🤖 AI Summary
Kubernetes’ default scheduler employs lightweight heuristic policies, often causing resource fragmentation and failure to schedule high-priority Pods. This paper proposes a constraint programming (CP)-based Pod packing optimization method, implemented using OR-Tools as a pluggable scheduler. It verifies the optimality of the default scheduler’s decisions—and provides fallback optimizations—within strict time budgets (1 s or 10 s). Our key contribution is the first application of CP modeling to Kubernetes scheduling verification and repair, uniquely balancing formal correctness guarantees with real-time feasibility. Experimental evaluation on small-to-medium clusters shows that our approach improves scheduling success rates by over 44% within 1 second and over 73% within 10 seconds, while strictly certifying the optimality of the default scheduler’s solution in more than 19% of cases.
📝 Abstract
Distributed applications employ Kubernetes for scalable, fault-tolerant deployments over computer clusters, where application components run in groups of containers called pods. The scheduler, at the heart of Kubernetes'architecture, determines the placement of pods given their priority and resource requirements on cluster nodes. To quickly allocate pods, the scheduler uses lightweight heuristics that can lead to suboptimal placements and resource fragmentation, preventing allocations of otherwise deployable pods on the available nodes. We propose the usage of constraint programming to find the optimal allocation of pods satisfying all their priorities and resource requests. Implementation-wise, our solution comes as a plug-in to the default scheduler that operates as a fallback mechanism when some pods cannot be allocated.
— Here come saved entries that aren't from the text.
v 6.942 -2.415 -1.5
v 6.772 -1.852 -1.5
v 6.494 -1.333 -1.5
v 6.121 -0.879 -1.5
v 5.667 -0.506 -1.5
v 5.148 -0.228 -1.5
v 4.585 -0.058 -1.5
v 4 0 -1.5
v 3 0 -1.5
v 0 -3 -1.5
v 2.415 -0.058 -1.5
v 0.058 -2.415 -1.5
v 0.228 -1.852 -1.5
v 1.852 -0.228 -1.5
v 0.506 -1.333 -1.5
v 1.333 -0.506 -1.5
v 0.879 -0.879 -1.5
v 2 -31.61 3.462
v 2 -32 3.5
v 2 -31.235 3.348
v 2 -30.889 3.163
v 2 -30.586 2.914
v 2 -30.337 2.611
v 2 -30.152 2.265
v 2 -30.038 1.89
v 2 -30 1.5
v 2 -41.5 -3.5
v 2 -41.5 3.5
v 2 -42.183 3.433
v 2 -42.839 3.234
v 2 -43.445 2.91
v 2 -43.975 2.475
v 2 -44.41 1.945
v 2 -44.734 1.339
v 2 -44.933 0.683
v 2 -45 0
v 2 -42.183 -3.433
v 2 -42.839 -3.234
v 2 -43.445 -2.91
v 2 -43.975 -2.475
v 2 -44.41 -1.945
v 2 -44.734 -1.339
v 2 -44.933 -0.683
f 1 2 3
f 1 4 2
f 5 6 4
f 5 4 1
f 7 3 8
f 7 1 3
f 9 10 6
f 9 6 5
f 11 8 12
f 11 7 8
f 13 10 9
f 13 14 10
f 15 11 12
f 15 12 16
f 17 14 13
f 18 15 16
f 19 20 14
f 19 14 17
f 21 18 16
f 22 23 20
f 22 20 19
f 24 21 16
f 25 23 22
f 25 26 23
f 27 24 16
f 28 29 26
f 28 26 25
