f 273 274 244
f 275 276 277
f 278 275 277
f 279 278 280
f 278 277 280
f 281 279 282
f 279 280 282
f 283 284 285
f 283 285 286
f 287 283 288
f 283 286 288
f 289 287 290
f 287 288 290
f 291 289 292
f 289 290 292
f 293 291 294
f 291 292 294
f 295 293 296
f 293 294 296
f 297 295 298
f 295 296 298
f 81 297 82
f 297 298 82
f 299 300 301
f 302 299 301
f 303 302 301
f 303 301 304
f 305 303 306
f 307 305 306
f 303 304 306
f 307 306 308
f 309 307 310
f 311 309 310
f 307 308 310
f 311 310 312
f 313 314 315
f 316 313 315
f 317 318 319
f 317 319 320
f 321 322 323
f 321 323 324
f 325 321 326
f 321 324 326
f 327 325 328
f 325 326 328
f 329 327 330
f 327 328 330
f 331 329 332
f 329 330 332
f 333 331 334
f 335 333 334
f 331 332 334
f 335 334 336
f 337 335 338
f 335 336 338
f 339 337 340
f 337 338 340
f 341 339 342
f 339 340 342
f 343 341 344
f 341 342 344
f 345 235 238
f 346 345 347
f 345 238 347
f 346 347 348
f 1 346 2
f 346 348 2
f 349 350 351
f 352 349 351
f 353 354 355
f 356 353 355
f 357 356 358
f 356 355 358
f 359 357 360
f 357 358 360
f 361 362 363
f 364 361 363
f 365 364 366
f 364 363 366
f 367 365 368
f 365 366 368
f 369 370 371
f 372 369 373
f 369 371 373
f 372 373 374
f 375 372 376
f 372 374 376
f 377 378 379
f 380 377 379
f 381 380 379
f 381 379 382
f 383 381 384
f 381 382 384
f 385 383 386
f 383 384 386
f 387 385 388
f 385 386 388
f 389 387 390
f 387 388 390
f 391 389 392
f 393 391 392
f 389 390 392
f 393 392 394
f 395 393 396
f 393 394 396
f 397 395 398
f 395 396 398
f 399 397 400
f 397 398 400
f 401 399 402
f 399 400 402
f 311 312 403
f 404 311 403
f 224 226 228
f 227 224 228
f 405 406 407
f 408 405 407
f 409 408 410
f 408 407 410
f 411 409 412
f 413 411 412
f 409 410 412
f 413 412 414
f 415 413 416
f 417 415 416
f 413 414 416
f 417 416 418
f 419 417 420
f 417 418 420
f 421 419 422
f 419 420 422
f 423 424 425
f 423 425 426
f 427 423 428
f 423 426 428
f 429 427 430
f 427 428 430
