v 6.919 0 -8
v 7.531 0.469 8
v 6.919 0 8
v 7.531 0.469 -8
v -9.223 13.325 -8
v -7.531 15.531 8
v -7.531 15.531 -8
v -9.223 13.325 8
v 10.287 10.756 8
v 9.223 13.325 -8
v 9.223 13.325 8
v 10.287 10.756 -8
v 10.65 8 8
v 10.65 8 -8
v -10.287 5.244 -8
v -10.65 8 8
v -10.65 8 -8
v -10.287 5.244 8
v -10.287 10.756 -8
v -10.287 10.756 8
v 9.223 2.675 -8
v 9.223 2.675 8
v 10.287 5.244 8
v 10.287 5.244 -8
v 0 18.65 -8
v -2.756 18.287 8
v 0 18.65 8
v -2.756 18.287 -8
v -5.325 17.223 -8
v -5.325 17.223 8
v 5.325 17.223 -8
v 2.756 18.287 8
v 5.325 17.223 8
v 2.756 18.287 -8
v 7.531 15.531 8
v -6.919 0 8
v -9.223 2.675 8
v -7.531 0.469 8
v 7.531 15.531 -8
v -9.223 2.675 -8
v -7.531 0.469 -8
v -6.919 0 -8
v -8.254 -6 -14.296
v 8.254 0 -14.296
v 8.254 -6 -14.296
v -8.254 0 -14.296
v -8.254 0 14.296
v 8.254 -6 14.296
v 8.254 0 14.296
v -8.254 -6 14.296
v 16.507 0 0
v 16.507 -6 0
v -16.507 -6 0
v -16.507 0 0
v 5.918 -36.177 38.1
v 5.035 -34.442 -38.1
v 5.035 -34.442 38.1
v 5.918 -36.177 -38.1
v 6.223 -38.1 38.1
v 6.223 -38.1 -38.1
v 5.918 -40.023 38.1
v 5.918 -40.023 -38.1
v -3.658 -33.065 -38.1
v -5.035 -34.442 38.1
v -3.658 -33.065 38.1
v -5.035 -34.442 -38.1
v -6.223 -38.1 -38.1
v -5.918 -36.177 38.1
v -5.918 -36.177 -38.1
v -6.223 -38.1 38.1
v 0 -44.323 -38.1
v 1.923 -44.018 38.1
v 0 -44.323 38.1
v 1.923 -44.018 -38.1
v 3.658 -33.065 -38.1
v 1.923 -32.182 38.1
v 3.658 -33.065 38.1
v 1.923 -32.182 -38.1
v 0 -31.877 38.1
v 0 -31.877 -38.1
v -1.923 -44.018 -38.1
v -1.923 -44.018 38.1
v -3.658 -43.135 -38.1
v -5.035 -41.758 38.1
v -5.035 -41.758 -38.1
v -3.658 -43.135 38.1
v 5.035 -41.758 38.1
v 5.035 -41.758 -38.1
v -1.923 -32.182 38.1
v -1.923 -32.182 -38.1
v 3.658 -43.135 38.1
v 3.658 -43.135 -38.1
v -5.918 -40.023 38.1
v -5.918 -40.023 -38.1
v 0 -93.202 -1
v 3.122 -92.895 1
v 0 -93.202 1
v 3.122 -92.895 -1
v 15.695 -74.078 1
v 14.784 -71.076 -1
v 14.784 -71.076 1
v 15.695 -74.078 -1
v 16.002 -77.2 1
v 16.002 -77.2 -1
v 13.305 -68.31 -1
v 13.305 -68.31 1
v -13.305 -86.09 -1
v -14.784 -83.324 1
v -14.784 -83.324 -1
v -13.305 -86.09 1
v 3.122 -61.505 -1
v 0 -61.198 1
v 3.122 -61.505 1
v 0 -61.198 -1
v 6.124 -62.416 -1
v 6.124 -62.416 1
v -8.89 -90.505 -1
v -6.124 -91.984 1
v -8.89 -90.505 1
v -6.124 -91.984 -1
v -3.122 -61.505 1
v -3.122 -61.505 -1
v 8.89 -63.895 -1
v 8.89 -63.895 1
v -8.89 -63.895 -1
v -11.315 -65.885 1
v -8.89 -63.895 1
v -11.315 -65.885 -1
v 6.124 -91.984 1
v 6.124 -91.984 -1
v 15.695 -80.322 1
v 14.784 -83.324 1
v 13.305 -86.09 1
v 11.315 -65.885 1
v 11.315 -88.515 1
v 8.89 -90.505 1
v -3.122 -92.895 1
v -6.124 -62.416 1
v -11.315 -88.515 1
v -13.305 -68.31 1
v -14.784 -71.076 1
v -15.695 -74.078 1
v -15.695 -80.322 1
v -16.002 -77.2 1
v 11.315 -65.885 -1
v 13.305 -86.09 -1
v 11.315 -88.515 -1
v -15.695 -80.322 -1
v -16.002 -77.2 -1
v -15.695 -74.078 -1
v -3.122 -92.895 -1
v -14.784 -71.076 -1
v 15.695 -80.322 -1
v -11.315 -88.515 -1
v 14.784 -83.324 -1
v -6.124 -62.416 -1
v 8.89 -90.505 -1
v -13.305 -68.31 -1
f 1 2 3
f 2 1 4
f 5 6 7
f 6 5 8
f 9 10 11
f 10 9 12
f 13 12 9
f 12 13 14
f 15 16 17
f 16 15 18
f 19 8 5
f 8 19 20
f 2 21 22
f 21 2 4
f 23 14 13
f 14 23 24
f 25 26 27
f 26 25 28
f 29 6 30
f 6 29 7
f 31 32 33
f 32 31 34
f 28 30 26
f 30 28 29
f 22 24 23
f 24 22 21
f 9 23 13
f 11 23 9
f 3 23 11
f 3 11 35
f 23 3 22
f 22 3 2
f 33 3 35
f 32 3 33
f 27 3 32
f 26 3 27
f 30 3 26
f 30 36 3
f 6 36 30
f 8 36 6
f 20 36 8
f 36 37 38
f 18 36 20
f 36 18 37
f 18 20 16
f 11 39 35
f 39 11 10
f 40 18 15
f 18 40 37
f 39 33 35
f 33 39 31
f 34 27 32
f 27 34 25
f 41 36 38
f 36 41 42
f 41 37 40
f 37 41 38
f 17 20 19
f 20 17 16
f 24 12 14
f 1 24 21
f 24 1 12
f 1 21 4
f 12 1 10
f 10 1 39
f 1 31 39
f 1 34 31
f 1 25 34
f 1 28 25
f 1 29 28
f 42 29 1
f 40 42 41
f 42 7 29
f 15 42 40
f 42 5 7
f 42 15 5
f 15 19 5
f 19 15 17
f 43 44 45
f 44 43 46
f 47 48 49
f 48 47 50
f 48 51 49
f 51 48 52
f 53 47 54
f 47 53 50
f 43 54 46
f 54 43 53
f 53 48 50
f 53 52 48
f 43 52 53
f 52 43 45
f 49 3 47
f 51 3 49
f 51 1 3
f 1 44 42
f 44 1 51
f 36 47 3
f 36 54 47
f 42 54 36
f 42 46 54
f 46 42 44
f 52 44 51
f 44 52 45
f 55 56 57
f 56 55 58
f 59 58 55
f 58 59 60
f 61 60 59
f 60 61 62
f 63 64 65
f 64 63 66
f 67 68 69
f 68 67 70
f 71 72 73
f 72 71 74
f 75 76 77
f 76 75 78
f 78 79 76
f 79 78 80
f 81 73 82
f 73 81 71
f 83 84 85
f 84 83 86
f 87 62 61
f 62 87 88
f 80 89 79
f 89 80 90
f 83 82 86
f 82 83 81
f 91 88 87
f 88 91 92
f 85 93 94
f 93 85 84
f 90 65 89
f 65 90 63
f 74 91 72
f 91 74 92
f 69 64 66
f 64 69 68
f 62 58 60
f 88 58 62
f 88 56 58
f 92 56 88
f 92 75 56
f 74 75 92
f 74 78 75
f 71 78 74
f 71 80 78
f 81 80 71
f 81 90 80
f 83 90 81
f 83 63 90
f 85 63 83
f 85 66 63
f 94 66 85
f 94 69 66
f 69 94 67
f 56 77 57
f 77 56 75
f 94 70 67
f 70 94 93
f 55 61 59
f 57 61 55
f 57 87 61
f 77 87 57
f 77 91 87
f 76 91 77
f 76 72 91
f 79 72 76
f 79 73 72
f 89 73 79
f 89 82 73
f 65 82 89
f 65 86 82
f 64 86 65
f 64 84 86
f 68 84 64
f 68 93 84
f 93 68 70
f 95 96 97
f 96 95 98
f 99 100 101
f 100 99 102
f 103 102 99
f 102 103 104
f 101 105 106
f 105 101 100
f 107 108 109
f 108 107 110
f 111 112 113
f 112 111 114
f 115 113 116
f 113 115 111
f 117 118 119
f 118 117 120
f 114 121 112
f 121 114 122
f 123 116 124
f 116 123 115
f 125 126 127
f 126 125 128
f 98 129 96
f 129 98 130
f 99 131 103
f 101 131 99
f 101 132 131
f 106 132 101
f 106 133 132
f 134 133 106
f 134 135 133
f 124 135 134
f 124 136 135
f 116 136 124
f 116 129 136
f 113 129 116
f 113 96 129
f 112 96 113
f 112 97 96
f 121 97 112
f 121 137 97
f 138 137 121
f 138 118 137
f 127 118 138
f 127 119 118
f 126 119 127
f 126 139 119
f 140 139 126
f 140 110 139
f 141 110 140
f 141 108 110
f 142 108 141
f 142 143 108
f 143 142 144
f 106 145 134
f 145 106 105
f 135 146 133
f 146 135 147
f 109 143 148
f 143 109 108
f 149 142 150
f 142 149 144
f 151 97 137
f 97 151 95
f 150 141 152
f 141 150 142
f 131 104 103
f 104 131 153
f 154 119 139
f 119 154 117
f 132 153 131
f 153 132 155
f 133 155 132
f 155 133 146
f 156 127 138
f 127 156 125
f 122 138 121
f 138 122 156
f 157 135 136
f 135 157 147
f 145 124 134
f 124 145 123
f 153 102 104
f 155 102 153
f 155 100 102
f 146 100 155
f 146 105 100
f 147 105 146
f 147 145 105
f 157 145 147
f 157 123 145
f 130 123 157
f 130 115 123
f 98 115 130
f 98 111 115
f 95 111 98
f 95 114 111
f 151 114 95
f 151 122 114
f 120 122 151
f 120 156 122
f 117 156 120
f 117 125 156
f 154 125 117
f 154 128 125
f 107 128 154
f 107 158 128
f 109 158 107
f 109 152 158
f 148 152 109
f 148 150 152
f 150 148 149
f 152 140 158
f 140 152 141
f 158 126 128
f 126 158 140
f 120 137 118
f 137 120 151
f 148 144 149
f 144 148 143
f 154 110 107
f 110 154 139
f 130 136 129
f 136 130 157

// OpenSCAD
// Auto-generated by scripts/author_from_manifest.py (Phase D.3).
// Source: data/phase_d_manifest.json (sku_intent='tyco-ty7226-esfr-pendent-k168-214f').
// Do not hand-edit — regenerate from the manifest.
//
// @part tyco_ty7226_esfr_pendent_k168_214f
// @kind sprinkler_head
// @category head.pendant.k168
// @display-name "Tyco TY7226 ESFR Pendent K16.8 214°F"
// @mfg tyco_fire_protection
// @mfg-pn TY7226
// @listing UL FM
// @hazard-classes ESFR
// @price-usd 58.00
// @install-minutes 12
// @crew journeyman
// @k-factor 16.8
// @orientation pendant
// @response quick
// @temperature 214F
// @param size_in number default=0.5 label="Size" unit="in"
// @port inlet position=[0,0.014,0] direction=[0,1,0] style=NPT_threaded size_in=0.75 role=drop

size_in = 0.5;
k_factor = 16.8;

length_mm   = 76.20;
body_dia_mm = 35.56;
thread_od   = 21.3;
thread_len  = 16;
deflector_d = body_dia_mm * 0.9;

 union() {
    translate([0, thread_len/2, 0])
        cylinder(h = thread_len, d = thread_od, center = true, $fn = 24);
    translate([0, -3, 0])
        rotate([90, 0, 0])
        cylinder(h = 6, d = thread_od * 1.55, $fn = 6, center = true);
    translate([0, -length_mm/2, 0])
        cylinder(h = length_mm, d = body_dia_mm * 0.35, center = true, $fn = 20);
    translate([0, -length_mm - 1, 0])
        cylinder(h = 2, d = deflector_d, center = true, $fn = 32);
}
Using the OR-Tools constraint solver, our experiments on small-to-mid-sized clusters indicate that, within a 1-second scheduling window, our approach places more higher-priority pods than the default scheduler (possibly demonstrating allocation optimality) in over 44% of realisable allocation scenarios where the default scheduler fails, while certifying that the default scheduler's placement is already optimal in over 19% of scenarios. With a 10-second window, our approach improves placements in over 73% and still certifies that the default scheduler's placement is already optimal in over 19% of scenarios.